* [ABOUT THIS EXERCISE]
Somewhere below are a line with "from itertools import" and a later line with "filepath = 'produced_scad_files/' + 'cylinder'". Output exactly those lines and all lines between them.
↓↓↓
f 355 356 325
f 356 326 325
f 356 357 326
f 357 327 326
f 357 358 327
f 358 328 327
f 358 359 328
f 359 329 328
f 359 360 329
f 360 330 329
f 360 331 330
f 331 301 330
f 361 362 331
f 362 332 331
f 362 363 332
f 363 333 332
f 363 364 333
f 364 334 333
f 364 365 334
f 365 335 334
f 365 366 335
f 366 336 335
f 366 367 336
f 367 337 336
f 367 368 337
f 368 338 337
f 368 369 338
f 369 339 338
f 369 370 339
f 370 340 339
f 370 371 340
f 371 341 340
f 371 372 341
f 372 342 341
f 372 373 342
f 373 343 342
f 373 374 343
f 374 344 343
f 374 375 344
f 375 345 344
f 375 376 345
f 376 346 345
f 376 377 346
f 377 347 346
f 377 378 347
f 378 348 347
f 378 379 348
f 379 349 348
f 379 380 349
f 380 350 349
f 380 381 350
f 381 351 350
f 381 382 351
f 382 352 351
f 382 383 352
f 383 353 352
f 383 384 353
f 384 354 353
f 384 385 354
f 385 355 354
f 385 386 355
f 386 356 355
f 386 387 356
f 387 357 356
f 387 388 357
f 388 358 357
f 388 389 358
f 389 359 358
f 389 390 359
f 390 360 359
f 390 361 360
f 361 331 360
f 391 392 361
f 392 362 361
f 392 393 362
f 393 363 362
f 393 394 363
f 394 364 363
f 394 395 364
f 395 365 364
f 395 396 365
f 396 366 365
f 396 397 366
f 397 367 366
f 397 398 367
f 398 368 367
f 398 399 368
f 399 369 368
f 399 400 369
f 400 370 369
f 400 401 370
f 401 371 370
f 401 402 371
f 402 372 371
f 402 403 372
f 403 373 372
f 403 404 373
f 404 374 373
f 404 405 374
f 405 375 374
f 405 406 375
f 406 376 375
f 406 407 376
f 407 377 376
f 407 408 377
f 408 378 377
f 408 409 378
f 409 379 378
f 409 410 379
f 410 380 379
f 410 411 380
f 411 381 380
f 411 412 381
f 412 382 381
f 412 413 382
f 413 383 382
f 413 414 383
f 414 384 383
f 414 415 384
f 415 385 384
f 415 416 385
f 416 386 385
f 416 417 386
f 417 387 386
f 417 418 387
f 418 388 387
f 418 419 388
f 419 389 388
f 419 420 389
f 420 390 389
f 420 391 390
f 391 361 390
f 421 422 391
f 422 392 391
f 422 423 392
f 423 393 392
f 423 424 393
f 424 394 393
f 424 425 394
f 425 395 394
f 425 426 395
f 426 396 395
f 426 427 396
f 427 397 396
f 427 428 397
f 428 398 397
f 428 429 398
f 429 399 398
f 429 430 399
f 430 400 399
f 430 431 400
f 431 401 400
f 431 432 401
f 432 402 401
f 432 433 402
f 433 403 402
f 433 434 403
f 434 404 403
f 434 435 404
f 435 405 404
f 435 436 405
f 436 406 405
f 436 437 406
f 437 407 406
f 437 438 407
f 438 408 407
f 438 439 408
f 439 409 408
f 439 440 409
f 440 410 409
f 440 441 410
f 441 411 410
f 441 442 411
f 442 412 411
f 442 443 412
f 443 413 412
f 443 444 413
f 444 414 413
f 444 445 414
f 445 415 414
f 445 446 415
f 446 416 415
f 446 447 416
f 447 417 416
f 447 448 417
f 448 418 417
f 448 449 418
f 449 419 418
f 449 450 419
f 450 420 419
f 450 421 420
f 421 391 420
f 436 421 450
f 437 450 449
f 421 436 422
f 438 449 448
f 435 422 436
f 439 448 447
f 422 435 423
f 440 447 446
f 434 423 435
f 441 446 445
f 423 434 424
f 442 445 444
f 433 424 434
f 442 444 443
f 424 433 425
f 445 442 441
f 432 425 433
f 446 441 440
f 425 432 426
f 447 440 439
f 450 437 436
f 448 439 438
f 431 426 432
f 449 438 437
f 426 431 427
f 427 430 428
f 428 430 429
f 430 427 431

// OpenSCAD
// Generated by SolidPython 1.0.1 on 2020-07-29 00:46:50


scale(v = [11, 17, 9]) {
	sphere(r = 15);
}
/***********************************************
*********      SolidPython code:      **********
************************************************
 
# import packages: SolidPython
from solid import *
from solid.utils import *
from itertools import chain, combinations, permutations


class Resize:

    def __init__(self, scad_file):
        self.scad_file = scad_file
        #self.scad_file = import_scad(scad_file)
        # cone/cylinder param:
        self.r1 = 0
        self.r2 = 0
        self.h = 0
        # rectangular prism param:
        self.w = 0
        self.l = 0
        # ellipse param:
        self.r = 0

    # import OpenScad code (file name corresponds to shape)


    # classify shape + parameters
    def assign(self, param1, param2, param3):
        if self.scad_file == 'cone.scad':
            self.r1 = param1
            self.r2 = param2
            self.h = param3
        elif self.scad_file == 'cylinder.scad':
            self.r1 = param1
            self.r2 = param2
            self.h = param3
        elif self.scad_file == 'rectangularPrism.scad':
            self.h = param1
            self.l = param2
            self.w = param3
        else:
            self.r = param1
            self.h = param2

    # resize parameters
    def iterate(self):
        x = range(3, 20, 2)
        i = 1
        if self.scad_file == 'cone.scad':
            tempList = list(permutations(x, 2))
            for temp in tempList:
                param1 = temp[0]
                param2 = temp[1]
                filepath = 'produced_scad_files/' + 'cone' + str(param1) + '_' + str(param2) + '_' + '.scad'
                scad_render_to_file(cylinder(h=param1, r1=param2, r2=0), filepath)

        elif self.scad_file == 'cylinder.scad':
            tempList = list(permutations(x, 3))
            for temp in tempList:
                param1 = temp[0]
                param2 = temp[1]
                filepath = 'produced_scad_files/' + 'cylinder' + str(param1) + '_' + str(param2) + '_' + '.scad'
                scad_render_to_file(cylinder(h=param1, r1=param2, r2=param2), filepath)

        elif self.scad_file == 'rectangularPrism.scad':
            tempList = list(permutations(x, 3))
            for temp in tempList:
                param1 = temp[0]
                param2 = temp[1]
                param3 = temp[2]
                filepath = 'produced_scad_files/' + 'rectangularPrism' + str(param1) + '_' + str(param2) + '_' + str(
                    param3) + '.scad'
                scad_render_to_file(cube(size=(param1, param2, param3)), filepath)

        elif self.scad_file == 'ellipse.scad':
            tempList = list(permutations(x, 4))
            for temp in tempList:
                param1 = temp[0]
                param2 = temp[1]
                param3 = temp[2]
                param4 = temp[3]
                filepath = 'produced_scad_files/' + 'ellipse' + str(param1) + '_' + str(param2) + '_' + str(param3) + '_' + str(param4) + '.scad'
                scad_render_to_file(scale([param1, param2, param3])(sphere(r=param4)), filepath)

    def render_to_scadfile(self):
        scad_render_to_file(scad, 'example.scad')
↑↑↑
* [WRITTEN SOLUTION]
from itertools import chain, combinations, permutations


class Resize:

    def __init__(self, scad_file):
        self.scad_file = scad_file
        #self.scad_file = import_scad(scad_file)
        # cone/cylinder param:
        self.r1 = 0
        self.r2 = 0
        self.h = 0
        # rectangular prism param:
        self.w = 0
        self.l = 0
        # ellipse param:
        self.r = 0

    # import OpenScad code (file name corresponds to shape)


    # classify shape + parameters
    def assign(self, param1, param2, param3):
        if self.scad_file == 'cone.scad':
            self.r1 = param1
            self.r2 = param2
            self.h = param3
        elif self.scad_file == 'cylinder.scad':
            self.r1 = param1
            self.r2 = param2
            self.h = param3
        elif self.scad_file == 'rectangularPrism.scad':
            self.h = param1
            self.l = param2
            self.w = param3
        else:
            self.r = param1
            self.h = param2

    # resize parameters
    def iterate(self):
        x = range(3, 20, 2)
        i = 1
        if self.scad_file == 'cone.scad':
            tempList = list(permutations(x, 2))
            for temp in tempList:
                param1 = temp[0]
                param2 = temp[1]
                filepath = 'produced_scad_files/' + 'cone' + str(param1) + '_' + str(param2) + '_' + '.scad'
                scad_render_to_file(cylinder(h=param1, r1=param2, r2=0), filepath)

        elif self.scad_file == 'cylinder.scad':
            tempList = list(permutations(x, 3))
            for temp in tempList:
                param1 = temp[0]
                param2 = temp[1]
                filepath = 'produced_scad_files/' + 'cylinder' + str(param1) + '_' + str(param2) + '_' + '.scad'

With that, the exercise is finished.